Category Archives: Council Policy

Electric Vehicle (EV) Charging : Living Streets Edinburgh Group views (April 2022)

1.  LSEG welcomes the rollout of EV charging for the city.

With the sale of new internal combustion engine (ICE) passenger vehicles due to be stopped from 2030, we urgently need to develop green alternatives and the necessary infrastructure to support them. This will not in itself reduce congestion or the dominance of streets by motor vehicles, or road safety.

Encouraging a switch from private cars to shared vehicles and improved public transport, cycling and (of course) walking and wheeling, is vital. The ‘Sustainable Travel Hierarchy’ (with walking and wheeling top, and private cars last) must be respected.

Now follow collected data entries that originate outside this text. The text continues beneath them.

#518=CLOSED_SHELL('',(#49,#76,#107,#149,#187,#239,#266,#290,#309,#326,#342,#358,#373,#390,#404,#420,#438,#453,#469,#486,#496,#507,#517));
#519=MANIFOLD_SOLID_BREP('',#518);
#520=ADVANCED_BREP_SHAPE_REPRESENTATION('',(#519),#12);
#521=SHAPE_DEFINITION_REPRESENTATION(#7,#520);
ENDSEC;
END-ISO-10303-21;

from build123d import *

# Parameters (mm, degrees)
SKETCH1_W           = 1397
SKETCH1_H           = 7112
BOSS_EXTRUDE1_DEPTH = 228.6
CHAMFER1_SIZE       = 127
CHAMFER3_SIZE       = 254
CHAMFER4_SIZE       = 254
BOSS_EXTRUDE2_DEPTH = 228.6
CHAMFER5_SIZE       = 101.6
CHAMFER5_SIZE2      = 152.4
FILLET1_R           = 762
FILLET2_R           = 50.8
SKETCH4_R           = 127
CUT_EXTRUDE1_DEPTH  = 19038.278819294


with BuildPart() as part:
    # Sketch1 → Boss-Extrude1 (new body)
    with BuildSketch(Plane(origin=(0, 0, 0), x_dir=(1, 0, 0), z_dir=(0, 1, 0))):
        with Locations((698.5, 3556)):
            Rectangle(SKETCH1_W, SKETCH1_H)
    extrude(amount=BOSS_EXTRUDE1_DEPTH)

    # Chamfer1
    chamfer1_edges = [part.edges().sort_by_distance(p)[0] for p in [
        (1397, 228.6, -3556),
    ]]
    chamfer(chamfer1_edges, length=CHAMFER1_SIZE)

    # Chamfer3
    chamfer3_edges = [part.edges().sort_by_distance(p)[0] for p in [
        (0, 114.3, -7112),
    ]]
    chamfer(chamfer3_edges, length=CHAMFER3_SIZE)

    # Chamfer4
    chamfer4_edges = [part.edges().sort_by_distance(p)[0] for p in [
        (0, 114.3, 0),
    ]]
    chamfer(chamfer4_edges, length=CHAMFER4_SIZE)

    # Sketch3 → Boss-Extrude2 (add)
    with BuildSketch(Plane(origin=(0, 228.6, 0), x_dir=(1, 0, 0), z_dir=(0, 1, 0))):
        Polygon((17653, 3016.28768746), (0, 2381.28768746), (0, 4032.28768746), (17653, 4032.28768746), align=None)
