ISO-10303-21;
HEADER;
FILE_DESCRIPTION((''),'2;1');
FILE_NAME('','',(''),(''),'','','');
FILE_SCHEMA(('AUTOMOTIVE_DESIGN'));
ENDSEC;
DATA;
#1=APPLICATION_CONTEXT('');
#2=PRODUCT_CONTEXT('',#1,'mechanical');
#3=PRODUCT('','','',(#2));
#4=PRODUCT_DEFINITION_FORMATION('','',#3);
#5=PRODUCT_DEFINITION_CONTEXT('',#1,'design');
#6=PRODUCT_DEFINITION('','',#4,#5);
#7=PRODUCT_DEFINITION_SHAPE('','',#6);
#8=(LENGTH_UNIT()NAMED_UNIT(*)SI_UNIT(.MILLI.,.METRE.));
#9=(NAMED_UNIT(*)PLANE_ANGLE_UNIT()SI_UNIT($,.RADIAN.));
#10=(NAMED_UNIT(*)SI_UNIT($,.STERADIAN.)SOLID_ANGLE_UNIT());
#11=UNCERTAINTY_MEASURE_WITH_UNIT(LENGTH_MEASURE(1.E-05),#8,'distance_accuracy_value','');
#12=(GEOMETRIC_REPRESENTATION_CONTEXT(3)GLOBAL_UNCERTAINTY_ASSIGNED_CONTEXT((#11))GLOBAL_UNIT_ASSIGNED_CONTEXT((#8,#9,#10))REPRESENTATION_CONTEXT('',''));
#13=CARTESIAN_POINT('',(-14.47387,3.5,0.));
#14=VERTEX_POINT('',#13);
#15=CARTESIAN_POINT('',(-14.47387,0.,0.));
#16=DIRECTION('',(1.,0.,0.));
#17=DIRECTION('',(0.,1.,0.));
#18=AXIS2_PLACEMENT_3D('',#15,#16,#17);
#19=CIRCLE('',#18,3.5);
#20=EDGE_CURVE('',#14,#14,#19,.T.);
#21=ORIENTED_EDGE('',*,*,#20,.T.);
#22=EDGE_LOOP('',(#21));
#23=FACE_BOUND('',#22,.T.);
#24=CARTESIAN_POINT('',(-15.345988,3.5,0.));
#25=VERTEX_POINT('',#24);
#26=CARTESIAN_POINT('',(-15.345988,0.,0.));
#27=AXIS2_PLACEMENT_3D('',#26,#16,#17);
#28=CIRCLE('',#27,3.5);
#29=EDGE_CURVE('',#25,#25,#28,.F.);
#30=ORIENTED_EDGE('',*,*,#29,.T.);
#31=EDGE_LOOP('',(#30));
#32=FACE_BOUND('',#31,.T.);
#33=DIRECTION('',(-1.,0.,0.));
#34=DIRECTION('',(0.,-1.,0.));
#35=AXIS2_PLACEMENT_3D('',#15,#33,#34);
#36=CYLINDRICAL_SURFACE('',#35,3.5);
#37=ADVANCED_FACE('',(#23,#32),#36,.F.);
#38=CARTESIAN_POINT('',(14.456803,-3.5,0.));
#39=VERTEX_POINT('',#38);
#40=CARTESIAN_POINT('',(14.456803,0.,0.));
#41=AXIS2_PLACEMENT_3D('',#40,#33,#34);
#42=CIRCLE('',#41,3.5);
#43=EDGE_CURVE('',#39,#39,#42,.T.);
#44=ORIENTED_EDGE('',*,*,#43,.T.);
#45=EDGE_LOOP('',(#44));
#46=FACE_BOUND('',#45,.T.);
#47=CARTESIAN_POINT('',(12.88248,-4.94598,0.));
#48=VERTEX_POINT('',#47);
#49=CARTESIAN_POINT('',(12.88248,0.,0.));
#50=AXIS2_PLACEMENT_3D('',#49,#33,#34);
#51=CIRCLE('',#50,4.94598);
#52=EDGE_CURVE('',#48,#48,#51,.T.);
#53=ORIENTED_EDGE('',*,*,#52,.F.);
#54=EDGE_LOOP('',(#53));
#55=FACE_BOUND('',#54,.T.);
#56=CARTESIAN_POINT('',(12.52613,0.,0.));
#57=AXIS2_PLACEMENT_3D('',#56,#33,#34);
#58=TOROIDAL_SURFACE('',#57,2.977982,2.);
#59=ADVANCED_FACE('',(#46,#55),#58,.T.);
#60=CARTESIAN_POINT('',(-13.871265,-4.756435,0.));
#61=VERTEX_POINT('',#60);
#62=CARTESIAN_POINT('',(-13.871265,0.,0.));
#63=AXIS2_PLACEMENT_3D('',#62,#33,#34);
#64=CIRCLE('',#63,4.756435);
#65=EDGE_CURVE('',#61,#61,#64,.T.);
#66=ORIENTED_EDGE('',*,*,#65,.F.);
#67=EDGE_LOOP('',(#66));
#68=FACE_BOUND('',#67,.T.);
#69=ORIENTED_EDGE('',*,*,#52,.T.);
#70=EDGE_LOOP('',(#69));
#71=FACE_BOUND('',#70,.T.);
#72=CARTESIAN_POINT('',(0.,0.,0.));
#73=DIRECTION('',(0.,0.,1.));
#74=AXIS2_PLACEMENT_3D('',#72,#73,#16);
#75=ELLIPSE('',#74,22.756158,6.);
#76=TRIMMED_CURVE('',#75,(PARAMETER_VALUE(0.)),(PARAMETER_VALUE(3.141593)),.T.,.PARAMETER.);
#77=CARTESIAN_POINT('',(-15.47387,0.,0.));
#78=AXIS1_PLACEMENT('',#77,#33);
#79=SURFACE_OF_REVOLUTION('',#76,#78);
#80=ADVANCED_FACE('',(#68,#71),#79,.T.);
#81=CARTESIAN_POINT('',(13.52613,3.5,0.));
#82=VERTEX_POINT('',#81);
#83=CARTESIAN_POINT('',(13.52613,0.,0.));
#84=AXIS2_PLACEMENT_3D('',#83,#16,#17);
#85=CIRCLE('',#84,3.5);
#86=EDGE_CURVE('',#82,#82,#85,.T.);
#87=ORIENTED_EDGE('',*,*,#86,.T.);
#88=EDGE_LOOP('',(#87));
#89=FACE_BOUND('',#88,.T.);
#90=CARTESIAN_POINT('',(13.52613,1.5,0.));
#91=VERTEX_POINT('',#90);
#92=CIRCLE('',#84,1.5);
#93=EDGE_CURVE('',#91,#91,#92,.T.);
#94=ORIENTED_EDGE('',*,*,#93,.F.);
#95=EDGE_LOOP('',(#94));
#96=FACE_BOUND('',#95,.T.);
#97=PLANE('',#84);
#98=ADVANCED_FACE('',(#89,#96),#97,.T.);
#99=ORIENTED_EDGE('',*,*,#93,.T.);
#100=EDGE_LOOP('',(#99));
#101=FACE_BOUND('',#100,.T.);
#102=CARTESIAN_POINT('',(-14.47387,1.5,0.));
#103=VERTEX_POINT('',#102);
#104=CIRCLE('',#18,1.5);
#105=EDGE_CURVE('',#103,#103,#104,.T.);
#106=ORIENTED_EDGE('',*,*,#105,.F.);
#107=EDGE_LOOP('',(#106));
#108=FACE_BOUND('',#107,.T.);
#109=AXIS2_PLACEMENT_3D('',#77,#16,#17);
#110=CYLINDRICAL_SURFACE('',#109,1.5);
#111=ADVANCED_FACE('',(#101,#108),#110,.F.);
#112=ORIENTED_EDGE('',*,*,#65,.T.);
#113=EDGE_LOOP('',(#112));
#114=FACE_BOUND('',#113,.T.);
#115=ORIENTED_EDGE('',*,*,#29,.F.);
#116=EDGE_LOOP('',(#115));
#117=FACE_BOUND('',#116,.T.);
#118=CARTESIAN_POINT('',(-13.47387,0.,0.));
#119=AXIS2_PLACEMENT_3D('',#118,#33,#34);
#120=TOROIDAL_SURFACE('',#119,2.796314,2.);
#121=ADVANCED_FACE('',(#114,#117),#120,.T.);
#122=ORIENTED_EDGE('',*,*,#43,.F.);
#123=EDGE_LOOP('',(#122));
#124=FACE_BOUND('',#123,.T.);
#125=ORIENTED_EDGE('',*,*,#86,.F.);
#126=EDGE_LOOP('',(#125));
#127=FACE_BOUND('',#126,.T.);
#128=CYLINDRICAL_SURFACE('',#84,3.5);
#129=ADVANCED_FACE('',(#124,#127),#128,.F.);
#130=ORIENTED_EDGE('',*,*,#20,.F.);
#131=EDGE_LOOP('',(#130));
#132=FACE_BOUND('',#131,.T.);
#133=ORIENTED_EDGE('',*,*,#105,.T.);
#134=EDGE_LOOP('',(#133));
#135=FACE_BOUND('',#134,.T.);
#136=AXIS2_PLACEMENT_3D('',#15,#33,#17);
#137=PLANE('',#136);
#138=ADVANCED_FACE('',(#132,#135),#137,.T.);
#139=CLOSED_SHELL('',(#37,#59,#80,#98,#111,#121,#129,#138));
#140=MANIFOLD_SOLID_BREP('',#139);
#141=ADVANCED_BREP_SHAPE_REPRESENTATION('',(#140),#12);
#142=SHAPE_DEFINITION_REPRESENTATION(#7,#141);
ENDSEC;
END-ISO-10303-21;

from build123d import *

# Parameters (mm, degrees)
SKETCH2_R          = 1.5
CUT_EXTRUDE1_DEPTH = 31
SKETCH3_R          = 3.5
SKETCH3_R_2        = 1.5
CUT_EXTRUDE2_DEPTH = 1


with BuildPart() as part:
    # Sketch1 → Revolve5 (revolve)
    with BuildSketch(Plane.XY):
        with BuildLine():
            Line((-15.473870067, 0), (14.526129933, 0))
            Line((14.526129933, 0), (14.526129933, 2.977982181))
            ThreePointArc((14.526129933, 2.977982181), (14.061170532, 4.260031462), (12.882479574, 4.945979877))
            add(Edge.make_bspline(
                [(12.882479574, 4.945979877), (-0.755720694, 7.415478586), (-13.871264836, 4.756435317)],
                knots=[0.969017626, 0.969017626, 0.969017626, 2.226302938, 2.226302938, 2.226302938], degree=2, weights=[1, 0.808826436, 1]))
            ThreePointArc((-13.871264836, 4.756435317), (-15.022222343, 4.062253989), (-15.473870067, 2.796313536))
            Line((-15.473870067, 2.796313536), (-15.473870067, 0))
        make_face()
    revolve(axis=Axis((-15.473870067, 0, 0), (1, 0, 0)))

    # Sketch2 → Cut-Extrude1 (cut, through all)
    with BuildSketch(Plane(origin=(14.526129933, 0, 0), x_dir=(0, 0, -1), z_dir=(1, 0, 0))):
        Circle(SKETCH2_R)
    extrude(amount=-CUT_EXTRUDE1_DEPTH, mode=Mode.SUBTRACT)

    # Sketch3 → Cut-Extrude2 (cut)
    with BuildSketch(Plane(origin=(14.526129933, 0, 0), x_dir=(0, 0, -1), z_dir=(1, 0, 0))):
        Circle(SKETCH3_R)
        Circle(SKETCH3_R_2, mode=Mode.SUBTRACT)
    cut_extrude2 = extrude(amount=-CUT_EXTRUDE2_DEPTH, mode=Mode.SUBTRACT)

    # Mirror1: Cut-Extrude2 across plane
    add(cut_extrude2.mirror(Plane(origin=(-0.473870067, 0, 0), x_dir=(0, 0, 1), z_dir=(1, 0, 0))), mode=Mode.SUBTRACT)


solid = part.part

2. With regard to proposals for public EV charging, we support a street-by-street zoned approach. Incentives should be available to encourage owners of EVs to charge at home, with standard and fast chargers using off peak electricity when possible.

3. We recognise that many residents in the inner city do not have garages or driveways where they can charge their vehicles. For these users we support on-street carriageway build-outs (i.e. not on the footway) and lighting column EV chargers, where they are adjacent to the kerbside.

4. For commercial vehicles, taxis, LGVs, HGVs (and indeed buses) we believe rapid chargers should be located in special off-street hubs. Rapid and ultra-rapid chargers are large and not suited to either commercial or residential streets.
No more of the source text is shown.